Records drawn from a dataset:
------------------------------------------------

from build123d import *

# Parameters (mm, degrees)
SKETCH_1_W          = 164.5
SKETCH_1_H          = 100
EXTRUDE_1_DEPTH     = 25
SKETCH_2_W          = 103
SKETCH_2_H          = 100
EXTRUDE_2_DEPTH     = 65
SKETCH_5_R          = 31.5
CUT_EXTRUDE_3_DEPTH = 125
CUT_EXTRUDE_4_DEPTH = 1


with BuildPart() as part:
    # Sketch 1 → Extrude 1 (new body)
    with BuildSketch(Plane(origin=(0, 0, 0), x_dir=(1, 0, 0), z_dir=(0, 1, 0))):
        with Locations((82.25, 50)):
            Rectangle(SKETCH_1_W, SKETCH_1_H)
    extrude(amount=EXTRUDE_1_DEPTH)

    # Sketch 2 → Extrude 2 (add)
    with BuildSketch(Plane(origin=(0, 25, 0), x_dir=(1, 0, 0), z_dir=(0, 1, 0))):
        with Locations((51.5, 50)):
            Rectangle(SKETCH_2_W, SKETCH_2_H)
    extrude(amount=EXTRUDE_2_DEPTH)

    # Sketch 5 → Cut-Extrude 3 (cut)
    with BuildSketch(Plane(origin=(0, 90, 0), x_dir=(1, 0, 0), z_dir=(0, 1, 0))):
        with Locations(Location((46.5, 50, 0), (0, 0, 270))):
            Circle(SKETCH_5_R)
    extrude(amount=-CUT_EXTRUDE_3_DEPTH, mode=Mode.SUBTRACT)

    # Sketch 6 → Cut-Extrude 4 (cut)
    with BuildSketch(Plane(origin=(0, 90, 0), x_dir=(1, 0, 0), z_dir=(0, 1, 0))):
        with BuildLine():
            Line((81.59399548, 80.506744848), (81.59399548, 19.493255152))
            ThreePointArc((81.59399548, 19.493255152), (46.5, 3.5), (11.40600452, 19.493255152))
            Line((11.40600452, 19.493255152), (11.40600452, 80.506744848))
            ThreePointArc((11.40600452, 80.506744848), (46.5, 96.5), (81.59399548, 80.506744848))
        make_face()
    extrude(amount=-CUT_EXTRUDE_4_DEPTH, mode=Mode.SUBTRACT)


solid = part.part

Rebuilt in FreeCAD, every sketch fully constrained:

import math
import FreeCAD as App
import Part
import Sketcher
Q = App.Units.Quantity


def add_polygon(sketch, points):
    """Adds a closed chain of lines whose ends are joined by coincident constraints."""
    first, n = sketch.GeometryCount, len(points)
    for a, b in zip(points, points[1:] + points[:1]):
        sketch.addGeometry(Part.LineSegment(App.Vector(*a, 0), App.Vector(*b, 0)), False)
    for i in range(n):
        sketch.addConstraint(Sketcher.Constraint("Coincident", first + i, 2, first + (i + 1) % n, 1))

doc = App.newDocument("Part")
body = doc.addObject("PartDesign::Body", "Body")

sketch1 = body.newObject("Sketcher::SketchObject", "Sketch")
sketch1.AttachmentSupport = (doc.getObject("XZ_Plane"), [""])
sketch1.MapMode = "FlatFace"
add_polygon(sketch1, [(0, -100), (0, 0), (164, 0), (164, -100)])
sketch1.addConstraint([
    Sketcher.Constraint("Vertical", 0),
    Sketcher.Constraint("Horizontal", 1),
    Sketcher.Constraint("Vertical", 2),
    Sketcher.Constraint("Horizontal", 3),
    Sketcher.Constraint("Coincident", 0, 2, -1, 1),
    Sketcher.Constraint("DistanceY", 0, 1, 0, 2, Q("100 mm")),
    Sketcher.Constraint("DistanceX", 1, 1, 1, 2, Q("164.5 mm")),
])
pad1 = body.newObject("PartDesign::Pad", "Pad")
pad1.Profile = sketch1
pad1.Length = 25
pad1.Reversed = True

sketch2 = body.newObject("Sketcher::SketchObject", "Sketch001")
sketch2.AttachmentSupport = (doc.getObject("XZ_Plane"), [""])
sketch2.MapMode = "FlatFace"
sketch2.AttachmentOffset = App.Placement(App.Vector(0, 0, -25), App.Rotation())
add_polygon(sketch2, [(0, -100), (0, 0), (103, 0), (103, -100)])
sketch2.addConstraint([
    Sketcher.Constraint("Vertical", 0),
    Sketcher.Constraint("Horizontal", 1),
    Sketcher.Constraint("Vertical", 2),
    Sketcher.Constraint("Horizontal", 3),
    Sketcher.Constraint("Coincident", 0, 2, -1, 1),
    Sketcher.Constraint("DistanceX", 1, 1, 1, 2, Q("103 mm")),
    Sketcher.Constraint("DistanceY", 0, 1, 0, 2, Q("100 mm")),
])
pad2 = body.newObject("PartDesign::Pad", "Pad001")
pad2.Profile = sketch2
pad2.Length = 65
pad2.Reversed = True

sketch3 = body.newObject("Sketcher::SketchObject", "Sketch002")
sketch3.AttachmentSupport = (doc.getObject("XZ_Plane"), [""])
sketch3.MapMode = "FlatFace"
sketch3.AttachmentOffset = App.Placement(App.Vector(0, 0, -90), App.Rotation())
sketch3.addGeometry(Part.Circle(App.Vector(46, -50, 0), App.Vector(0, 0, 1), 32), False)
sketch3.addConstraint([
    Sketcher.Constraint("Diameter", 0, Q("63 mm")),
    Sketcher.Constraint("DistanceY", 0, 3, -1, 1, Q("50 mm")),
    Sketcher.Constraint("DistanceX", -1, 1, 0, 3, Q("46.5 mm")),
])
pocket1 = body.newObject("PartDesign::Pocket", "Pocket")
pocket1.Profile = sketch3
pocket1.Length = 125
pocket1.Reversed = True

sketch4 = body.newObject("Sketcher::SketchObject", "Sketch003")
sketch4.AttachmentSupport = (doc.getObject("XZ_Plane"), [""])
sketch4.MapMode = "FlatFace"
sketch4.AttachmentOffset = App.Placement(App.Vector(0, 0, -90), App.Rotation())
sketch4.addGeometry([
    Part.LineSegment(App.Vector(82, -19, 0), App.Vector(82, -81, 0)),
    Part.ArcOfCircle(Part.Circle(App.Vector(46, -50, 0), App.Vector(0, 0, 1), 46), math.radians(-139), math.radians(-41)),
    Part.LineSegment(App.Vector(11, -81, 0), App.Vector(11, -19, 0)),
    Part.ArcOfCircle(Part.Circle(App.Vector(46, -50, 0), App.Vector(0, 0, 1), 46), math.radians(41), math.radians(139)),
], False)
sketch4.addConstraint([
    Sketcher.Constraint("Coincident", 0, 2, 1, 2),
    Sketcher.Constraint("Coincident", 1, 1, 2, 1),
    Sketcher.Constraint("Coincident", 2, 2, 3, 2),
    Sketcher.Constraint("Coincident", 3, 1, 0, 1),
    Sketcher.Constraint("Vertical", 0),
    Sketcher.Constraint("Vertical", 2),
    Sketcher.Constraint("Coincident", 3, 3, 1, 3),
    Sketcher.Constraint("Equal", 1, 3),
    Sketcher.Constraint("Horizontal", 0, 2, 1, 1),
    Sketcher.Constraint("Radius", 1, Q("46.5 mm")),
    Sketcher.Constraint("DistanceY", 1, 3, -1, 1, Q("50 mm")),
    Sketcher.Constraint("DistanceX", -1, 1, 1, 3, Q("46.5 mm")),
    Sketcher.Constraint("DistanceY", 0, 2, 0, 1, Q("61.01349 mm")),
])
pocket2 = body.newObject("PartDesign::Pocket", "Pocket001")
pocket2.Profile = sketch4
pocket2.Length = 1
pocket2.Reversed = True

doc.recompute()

------------------------------------------------

◆ **Requirement**:
Once you have identified the lines above that contain "Locations", copy each of them.

◆ **Output for this task**:
        with Locations((82.25, 50)):
        with Locations((51.5, 50)):
        with Locations(Location((46.5, 50, 0), (0, 0, 270))):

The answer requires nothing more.